30Un autre cas de panne impliquant la casse d’une pièce narrative se trouve dans le chapitre 8, celui qui va de la gymnastique au magnétisme, du magnétisme à la philosophie en passant par le spiritisme, de la philosophie au doute radical et douloureux – lequel conduit nos bonshommes, après un écart vers la corde pour se pendre, à la messe de minuit et donc vers un recyclage, une fois encore, du désir et de l’espérance. Une statue de Saint-Pierre, achetée au temps de l’archéologie40 et demeurée dans le muséum désinvesti, un Saint-Pierre, donc, décontextualisé41, devient obstacle pour Bouvard et Pécuchet, au cours de la crise qui sanctionne l’expérience philosophique.  

31La crise couve, les symptômes sont là : « ils étaient las des philosophes. Tant de systèmes vous embrouille ». Se dégageant alors (croient-ils) de la métaphysique – « On peut vivre sans elle» (p. 289) –, ils retournent vers leur jardin, laissé en friche ; mais la méditation leur tombe dessus sans crier gare, « et la métaphysique revenait […] à propos de la pluie ou du soleil, d’un gravier dans leur soulier…» (p. 290). Mais la crise se corse, la panne est proche : 

Ils commençaient des raisonnements sur une base solide. Elle croulait ; – et tout à coup plus d’idée, – comme une mouche s’envole, dès qu’on veut la saisir (id.).
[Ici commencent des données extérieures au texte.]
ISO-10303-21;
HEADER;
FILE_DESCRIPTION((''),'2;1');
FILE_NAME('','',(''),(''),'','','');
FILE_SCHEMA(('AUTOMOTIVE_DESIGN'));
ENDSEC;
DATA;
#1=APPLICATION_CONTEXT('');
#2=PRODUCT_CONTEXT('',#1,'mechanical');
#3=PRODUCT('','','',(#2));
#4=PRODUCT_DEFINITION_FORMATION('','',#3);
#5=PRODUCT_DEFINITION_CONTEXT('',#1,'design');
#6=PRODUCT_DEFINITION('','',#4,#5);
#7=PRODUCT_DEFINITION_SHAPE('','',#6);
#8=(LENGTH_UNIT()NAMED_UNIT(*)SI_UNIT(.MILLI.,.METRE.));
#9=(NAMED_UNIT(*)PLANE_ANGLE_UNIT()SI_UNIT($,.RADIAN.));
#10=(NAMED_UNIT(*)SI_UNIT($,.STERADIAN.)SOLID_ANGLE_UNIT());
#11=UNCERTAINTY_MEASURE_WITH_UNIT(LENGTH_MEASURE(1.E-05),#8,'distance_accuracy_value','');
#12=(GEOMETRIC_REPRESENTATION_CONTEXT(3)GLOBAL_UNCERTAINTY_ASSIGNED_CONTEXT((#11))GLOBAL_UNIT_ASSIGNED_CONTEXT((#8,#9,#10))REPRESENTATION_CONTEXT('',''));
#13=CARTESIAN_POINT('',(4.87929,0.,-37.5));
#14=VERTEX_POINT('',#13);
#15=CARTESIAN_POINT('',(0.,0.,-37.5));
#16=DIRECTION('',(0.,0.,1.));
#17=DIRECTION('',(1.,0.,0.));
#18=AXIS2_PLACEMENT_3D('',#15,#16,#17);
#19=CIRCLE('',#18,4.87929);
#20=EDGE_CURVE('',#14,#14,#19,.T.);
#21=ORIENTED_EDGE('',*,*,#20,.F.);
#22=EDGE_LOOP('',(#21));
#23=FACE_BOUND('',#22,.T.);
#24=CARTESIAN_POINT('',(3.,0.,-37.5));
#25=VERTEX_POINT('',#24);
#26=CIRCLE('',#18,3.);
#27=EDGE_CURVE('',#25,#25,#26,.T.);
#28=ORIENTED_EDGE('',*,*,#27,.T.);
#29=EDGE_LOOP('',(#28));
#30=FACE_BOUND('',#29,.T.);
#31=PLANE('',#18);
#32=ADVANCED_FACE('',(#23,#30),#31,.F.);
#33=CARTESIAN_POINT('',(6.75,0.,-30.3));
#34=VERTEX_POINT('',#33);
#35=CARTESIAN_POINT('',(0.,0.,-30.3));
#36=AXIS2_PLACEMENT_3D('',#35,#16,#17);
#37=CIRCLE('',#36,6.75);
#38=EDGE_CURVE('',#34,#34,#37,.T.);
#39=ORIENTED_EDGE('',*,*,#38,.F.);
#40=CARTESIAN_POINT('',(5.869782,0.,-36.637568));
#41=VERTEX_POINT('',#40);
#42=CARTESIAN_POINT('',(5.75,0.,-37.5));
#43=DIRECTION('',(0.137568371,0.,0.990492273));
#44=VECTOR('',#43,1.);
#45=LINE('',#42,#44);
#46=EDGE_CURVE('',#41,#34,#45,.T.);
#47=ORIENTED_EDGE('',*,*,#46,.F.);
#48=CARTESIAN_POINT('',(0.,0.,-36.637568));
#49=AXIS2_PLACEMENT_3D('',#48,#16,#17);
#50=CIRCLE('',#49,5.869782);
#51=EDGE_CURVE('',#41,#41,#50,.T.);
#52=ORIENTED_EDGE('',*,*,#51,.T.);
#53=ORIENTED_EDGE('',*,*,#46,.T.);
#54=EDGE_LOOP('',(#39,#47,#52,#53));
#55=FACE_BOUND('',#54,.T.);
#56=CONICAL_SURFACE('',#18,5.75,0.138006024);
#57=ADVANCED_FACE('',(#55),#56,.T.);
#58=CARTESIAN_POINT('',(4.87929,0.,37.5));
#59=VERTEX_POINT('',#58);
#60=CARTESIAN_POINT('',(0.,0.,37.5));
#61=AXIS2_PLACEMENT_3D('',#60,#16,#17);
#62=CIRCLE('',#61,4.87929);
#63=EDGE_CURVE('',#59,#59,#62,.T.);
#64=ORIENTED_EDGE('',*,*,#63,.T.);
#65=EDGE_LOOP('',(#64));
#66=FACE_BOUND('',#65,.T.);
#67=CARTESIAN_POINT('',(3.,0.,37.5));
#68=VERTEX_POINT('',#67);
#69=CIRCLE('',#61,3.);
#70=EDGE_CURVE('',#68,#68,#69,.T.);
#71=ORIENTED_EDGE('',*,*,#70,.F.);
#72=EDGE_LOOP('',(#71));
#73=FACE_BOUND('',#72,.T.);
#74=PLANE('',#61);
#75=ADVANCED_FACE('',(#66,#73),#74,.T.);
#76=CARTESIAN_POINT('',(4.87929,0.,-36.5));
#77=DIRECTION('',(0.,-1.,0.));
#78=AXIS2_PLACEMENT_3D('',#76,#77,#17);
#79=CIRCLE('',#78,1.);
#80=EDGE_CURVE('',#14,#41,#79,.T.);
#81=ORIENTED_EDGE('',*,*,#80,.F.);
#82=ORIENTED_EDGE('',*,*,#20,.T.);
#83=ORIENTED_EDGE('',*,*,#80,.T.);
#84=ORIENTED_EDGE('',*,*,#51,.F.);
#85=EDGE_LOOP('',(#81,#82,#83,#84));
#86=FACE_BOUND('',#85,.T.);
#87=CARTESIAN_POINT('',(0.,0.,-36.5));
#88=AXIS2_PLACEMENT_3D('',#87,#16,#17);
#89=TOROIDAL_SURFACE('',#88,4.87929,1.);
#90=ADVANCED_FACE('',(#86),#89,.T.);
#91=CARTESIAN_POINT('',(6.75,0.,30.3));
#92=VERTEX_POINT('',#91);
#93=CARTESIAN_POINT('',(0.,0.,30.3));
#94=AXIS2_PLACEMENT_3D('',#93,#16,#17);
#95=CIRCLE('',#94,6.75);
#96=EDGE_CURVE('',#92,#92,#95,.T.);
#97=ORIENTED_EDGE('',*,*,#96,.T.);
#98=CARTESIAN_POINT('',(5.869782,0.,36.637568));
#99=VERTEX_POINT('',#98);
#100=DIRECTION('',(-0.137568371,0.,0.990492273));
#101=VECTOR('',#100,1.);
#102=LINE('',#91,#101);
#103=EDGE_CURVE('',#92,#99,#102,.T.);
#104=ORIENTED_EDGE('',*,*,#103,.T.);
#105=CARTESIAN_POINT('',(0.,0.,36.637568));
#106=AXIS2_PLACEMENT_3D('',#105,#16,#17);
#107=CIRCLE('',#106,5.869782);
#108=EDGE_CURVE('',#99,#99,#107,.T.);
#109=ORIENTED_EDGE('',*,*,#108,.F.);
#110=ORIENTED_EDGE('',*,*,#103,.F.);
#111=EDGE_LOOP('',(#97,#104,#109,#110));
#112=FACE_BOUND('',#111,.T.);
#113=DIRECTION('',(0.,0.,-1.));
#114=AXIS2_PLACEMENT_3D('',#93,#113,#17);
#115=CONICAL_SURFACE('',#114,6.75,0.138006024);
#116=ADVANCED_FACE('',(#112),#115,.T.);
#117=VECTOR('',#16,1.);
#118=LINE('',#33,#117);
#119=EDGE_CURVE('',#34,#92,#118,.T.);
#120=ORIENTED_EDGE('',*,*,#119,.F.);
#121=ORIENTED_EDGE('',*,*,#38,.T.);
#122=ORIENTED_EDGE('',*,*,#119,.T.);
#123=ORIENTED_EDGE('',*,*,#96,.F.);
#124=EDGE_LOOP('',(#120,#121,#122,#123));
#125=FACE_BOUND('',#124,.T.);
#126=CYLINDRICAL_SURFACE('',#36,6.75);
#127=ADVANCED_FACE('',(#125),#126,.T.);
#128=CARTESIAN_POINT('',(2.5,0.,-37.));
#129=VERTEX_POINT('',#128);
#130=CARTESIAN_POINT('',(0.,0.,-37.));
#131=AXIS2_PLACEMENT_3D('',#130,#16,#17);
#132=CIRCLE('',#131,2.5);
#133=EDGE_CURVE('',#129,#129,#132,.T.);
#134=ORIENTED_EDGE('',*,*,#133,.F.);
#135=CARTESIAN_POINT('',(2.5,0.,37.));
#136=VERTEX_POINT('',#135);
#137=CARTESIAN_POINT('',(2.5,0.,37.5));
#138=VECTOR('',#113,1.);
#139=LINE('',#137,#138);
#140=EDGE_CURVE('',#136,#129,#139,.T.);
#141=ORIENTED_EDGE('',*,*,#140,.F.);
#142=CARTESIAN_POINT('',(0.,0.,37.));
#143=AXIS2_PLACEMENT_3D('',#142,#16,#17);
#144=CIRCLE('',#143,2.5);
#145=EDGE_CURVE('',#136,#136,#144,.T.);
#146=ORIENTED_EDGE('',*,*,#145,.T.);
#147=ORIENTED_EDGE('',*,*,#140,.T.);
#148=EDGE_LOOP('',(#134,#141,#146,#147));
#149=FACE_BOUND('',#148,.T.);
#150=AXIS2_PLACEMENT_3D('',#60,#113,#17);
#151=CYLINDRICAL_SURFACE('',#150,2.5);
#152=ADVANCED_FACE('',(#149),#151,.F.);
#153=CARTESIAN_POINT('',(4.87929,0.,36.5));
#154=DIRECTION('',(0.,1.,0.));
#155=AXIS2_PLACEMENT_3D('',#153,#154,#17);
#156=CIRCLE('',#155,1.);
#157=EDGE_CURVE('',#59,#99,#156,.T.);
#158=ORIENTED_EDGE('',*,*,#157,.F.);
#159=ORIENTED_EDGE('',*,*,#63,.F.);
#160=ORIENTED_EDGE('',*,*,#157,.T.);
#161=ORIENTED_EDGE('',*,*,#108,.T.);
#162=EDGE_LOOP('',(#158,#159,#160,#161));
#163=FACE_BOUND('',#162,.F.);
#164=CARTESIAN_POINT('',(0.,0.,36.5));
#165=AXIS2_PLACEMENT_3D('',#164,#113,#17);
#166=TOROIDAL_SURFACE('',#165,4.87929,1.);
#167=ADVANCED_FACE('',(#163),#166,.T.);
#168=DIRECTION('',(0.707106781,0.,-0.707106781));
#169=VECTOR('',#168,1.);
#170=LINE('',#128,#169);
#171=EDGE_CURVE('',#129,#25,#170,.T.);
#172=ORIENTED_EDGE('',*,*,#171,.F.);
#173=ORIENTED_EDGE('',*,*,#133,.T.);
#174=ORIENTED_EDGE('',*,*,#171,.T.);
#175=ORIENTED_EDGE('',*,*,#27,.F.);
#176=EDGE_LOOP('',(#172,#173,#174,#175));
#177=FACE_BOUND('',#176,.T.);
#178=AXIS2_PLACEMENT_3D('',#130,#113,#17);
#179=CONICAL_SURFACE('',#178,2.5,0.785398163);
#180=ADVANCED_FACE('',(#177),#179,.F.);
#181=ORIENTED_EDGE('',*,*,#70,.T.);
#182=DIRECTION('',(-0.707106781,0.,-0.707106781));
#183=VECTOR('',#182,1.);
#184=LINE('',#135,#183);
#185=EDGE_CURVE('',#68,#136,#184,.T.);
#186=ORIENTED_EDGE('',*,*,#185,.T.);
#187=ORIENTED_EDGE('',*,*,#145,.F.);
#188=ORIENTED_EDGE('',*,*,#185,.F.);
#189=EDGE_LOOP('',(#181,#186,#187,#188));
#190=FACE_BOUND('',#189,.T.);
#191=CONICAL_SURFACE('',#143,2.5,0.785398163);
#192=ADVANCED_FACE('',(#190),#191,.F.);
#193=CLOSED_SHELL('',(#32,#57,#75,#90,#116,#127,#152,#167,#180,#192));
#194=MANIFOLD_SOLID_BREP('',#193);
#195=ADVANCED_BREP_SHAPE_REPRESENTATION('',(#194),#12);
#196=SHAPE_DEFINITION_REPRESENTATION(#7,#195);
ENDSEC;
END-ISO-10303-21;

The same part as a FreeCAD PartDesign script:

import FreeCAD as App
import Part
import Sketcher

V = App.Vector
Q = App.Units.Quantity


def edges_at(feature, points):
    """Names of the edges that pass closest to the given points."""
    edges = feature.Shape.Edges
    near = lambda p: min(range(len(edges)), key=lambda i: edges[i].distToShape(Part.Vertex(*p))[0])
    return sorted({f"Edge{near(p) + 1}" for p in points})


def add_polygon(sketch, points):
    """Adds a closed chain of lines whose ends are joined by coincident constraints."""
    first, n = sketch.GeometryCount, len(points)
    for a, b in zip(points, points[1:] + points[:1]):
        sketch.addGeometry(Part.LineSegment(App.Vector(*a, 0), App.Vector(*b, 0)), False)
    for i in range(n):
        sketch.addConstraint(Sketcher.Constraint("Coincident", first + i, 2, first + (i + 1) % n, 1))

doc = App.newDocument("Part")
body = doc.addObject("PartDesign::Body", "Body")

sketch1 = doc.addObject("Sketcher::SketchObject", "Sketch")
body.addObject(sketch1)
sketch1.AttachmentSupport = (doc.XZ_Plane, [""])
sketch1.MapMode = "FlatFace"
add_polygon(sketch1, [(5.8, 37.5), (2.5, 37.5), (2.5, -37.5), (5.8, -37.5), (6.8, -30.3), (6.8, 30.3)])
sketch1.addConstraint([
    Sketcher.Constraint("Horizontal", 0),
    Sketcher.Constraint("Vertical", 1),
    Sketcher.Constraint("Horizontal", 2),
    Sketcher.Constraint("Vertical", 4),
    Sketcher.Constraint("Symmetric", 2, 2, 5, 2, -1),
    Sketcher.Constraint("Equal", 3, 5),
    Sketcher.Constraint("DistanceY", 1, 2, 1, 1, Q("75 mm")),
    Sketcher.Constraint("DistanceY", 4, 1, 4, 2, Q("60.6 mm")),
    Sketcher.Constraint("DistanceX", 2, 2, 3, 2, Q("1 mm")),
    Sketcher.Constraint("DistanceX", 0, 2, 0, 1, Q("3.25 mm")),
    Sketcher.Constraint("DistanceX", -1, 1, 0, 2, Q("2.5 mm")),
])
revolution = doc.addObject("PartDesign::Revolution", "Revolution")
body.addObject(revolution)
revolution.Profile = sketch1
revolution.ReferenceAxis = (sketch1, ["V_Axis"])
revolution.Angle = 360
doc.recompute()

fillet = doc.addObject("PartDesign::Fillet", "Fillet")
body.addObject(fillet)
fillet.Base = (revolution, edges_at(revolution, [(-5.75, 0, 37.5), (-5.75, 0, -37.5)]))
fillet.Radius = 1
doc.recompute()

chamfer = doc.addObject("PartDesign::Chamfer", "Chamfer")
body.addObject(chamfer)
chamfer.Base = (fillet, edges_at(fillet, [(-2.5, 0, 37.5), (-2.5, 0, -37.5)]))
chamfer.Size = 0.5

doc.recompute()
32À l’acmé du trouble, quand Pécuchet « s’écri[e] la tête dans les mains – "Oh! le doute! le doute!" », que Bouvard « en per[d] la boule» et que le connaissable échappe, Flaubert nous rejoue le mythe de la caverne, avec Saint-Pierre en guest star : Bouvard et Pécuchet s’efforcent à penser, dans la « tristesse de la nuit », le vent battant les carreaux ; la statue est là…  

Bouvard, de temps à autre, allait jusqu’au bout de l’appartement, puis revenait. Les flambeaux et les bassines contre les murs posaient sur le sol des ombres obliques ; et le saint Pierre, vu de profil, étalait au plafond la silhouette de son nez, pareille à un monstrueux cor de chasse. (p. 291)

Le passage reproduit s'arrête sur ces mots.